Published in final edited form as: ACS Nano. 2013 Jan 4;7(2):994–1005. doi: 10.1021/nn3044066

Fig. 3.

Fig. 3

Fig. 3

Fig. 3

Analysis of intratumoral Dox distribution in the various treatment groups. (A) Dual color fluorescence to show the tumor localization of Dox in relation to the tumor blood vessels, stained for CD31. Part of the tumor tissue from the saline (A1), free Dox (A2), Dox-MSNP (A3), and Pgp siRNA-Dox-MSNP (A4) groups were frozen and embedded.
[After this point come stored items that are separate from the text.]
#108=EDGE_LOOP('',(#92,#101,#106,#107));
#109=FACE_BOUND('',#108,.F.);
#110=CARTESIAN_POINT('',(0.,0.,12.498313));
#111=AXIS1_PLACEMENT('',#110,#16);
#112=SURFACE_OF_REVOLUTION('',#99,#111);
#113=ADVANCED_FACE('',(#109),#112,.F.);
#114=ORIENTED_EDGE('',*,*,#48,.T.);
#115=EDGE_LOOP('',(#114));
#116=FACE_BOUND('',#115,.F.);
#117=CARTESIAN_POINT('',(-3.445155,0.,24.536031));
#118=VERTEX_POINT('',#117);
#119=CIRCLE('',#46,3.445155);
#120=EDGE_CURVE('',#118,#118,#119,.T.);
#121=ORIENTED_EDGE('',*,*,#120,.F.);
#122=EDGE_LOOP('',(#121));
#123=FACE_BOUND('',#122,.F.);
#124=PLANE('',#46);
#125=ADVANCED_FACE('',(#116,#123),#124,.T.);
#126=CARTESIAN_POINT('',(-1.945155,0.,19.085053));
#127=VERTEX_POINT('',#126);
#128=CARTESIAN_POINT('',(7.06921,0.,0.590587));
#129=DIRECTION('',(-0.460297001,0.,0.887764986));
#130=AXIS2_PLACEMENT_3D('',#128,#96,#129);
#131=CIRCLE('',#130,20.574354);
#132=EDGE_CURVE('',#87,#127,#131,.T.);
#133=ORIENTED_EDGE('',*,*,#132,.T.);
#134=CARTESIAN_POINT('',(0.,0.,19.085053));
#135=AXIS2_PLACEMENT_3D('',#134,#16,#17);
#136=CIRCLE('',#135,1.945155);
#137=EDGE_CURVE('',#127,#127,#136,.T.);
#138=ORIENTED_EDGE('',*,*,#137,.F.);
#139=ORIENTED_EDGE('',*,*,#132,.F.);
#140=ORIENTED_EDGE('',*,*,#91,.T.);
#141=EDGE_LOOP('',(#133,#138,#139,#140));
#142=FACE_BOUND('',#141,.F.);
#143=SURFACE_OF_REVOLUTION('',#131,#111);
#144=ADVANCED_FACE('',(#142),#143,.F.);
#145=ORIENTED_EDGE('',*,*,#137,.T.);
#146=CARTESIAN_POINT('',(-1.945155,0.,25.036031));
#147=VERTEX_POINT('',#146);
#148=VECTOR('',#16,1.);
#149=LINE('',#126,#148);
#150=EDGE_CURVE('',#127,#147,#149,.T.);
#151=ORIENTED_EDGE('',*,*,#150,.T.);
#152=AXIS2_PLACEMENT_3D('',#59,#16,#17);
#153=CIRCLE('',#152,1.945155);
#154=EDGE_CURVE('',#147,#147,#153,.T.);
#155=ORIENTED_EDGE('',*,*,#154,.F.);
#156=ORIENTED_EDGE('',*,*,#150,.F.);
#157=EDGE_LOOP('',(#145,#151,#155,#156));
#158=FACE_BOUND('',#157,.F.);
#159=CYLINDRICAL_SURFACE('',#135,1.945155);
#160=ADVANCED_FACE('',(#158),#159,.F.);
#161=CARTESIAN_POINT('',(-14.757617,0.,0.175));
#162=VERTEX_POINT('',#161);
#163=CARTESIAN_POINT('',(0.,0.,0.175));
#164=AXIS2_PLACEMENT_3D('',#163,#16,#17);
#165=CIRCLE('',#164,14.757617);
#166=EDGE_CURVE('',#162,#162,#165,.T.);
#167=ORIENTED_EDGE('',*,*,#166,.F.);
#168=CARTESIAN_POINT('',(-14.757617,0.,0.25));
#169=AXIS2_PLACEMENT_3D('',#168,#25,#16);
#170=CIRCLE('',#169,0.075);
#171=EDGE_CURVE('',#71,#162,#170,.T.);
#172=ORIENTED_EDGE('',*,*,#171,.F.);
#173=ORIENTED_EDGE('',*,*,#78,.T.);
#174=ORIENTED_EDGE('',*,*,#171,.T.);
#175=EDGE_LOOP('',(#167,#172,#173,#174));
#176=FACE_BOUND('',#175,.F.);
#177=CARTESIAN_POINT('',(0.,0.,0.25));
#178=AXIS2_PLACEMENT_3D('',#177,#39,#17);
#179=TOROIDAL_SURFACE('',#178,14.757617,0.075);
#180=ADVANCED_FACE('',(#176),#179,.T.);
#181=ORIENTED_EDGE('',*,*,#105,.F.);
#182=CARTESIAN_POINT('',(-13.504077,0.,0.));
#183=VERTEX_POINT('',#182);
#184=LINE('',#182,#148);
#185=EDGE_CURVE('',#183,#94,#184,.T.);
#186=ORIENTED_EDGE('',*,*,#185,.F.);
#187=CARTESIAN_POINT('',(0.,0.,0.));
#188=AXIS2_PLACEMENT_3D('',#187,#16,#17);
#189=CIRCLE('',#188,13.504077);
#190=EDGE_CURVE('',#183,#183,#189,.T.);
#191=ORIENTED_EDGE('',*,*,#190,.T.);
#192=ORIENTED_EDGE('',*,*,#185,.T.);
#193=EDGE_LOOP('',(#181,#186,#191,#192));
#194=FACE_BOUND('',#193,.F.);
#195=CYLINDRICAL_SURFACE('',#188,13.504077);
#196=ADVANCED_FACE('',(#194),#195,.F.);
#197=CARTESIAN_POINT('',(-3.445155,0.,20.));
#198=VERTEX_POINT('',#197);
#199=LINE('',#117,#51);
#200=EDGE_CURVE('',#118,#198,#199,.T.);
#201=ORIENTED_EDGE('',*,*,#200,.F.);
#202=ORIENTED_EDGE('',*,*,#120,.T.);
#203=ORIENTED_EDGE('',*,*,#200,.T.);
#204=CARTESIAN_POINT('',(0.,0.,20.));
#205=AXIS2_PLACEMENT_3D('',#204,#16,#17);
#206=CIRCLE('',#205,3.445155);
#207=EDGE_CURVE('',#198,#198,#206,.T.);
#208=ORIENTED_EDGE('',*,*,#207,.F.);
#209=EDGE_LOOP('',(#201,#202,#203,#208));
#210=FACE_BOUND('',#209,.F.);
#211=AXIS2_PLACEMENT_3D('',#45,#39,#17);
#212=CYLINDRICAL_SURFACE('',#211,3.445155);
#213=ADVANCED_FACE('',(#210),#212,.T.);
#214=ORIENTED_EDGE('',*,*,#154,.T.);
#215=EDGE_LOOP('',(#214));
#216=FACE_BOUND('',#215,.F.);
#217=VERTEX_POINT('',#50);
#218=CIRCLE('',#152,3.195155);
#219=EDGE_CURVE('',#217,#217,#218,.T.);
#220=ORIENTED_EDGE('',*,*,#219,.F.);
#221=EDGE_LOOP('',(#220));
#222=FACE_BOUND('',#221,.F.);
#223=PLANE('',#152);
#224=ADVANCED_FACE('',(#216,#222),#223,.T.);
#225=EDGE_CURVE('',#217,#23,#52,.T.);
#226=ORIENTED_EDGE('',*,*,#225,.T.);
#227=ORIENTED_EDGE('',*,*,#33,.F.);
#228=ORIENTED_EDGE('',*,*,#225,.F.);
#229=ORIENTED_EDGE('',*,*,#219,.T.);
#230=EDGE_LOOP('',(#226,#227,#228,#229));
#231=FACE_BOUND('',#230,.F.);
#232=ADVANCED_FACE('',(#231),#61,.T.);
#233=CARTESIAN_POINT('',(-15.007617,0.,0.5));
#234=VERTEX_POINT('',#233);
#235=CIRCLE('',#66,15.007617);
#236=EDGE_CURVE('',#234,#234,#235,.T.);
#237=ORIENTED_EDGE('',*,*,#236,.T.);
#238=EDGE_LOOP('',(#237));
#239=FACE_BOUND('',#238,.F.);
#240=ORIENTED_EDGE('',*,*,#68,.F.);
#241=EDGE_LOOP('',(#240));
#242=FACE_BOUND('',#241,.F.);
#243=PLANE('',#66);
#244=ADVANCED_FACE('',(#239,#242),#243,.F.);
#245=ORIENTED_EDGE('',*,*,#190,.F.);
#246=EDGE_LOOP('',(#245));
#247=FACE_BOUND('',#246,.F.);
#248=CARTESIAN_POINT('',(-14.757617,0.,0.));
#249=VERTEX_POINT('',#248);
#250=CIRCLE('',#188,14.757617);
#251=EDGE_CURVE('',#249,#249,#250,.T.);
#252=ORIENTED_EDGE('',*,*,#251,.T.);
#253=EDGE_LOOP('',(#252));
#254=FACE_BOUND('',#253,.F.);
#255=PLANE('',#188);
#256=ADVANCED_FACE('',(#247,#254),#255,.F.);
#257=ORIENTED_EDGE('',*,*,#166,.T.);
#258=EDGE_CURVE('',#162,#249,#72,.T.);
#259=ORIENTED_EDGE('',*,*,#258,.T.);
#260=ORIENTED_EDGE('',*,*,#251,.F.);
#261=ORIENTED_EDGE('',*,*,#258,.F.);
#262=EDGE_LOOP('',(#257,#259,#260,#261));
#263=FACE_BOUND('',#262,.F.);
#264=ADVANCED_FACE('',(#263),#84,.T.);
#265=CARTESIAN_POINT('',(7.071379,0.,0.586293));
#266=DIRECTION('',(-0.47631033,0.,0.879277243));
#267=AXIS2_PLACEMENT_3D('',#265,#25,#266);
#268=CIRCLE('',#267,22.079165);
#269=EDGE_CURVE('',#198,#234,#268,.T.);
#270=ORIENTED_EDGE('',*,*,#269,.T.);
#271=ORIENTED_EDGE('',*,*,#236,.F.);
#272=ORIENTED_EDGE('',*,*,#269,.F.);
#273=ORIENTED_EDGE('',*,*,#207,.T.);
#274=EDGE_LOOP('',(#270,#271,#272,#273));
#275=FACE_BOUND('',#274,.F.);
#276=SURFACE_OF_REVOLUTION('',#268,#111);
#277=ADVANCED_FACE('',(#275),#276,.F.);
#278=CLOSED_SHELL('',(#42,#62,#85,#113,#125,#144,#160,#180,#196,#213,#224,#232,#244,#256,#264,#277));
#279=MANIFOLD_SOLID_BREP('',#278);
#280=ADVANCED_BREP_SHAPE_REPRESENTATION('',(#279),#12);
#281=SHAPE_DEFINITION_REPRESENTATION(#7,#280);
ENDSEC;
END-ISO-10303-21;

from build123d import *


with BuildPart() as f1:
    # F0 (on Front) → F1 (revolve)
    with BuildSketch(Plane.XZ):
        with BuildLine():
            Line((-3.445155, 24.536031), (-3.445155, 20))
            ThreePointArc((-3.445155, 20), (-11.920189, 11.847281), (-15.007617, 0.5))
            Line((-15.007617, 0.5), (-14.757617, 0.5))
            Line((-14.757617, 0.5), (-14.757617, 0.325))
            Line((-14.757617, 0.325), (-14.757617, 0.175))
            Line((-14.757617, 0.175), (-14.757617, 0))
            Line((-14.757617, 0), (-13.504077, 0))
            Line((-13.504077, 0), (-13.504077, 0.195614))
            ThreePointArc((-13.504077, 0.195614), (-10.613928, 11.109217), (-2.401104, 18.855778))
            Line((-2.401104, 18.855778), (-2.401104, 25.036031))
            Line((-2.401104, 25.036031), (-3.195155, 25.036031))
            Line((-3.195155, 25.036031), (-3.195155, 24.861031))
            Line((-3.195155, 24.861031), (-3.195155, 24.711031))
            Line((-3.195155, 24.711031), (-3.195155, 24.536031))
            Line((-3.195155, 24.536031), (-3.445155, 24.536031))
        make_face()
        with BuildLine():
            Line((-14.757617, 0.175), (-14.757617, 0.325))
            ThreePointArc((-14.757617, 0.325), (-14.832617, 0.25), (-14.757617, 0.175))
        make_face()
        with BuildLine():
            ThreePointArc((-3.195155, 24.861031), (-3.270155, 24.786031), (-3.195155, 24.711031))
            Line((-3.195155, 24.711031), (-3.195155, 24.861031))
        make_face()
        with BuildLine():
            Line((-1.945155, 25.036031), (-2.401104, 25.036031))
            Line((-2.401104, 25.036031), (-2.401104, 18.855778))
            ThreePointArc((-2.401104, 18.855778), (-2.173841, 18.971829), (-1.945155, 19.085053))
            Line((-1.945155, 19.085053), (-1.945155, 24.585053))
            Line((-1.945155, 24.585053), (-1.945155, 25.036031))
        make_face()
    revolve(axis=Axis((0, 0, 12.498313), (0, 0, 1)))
The sections were incubated with anti-CD31 primary antibody and visualized by a FITC-conjugated secondary antibody. Dox fluorescence (red) was also assessed on the same slide view and merged images were prepared to show drug distribution in relation to the blood vessels. Slides were visualized under a fluorescence microscope at 100× (Zeiss, Germany). (B) Higher magnification images of regions “i”, “ii”, and “iii” (representing the groups shown in Fig. 3A) were obtained after Hoechst staining to demonstrate the nuclear localization in relation to Dox fluorescence in the tumor. (C) Demonstration of co-localization of faint Hoechst-stained with Dox-stained nuclei in the Pgp siRNA-Dox-MSNP treated MDR tumor in Fig. 3B-iii. Due to the cytotoxic effects of Dox and the accompanying nuclear damage, it was not always possible to observe Hoechst staining at the resolution shown in Fig. 3B-iii (far right panel). However, image analysis at a higher magnification, demonstrated that it is possible to demonstrate co-localization of faint Hoechst-stained with Dox-stained nuclei.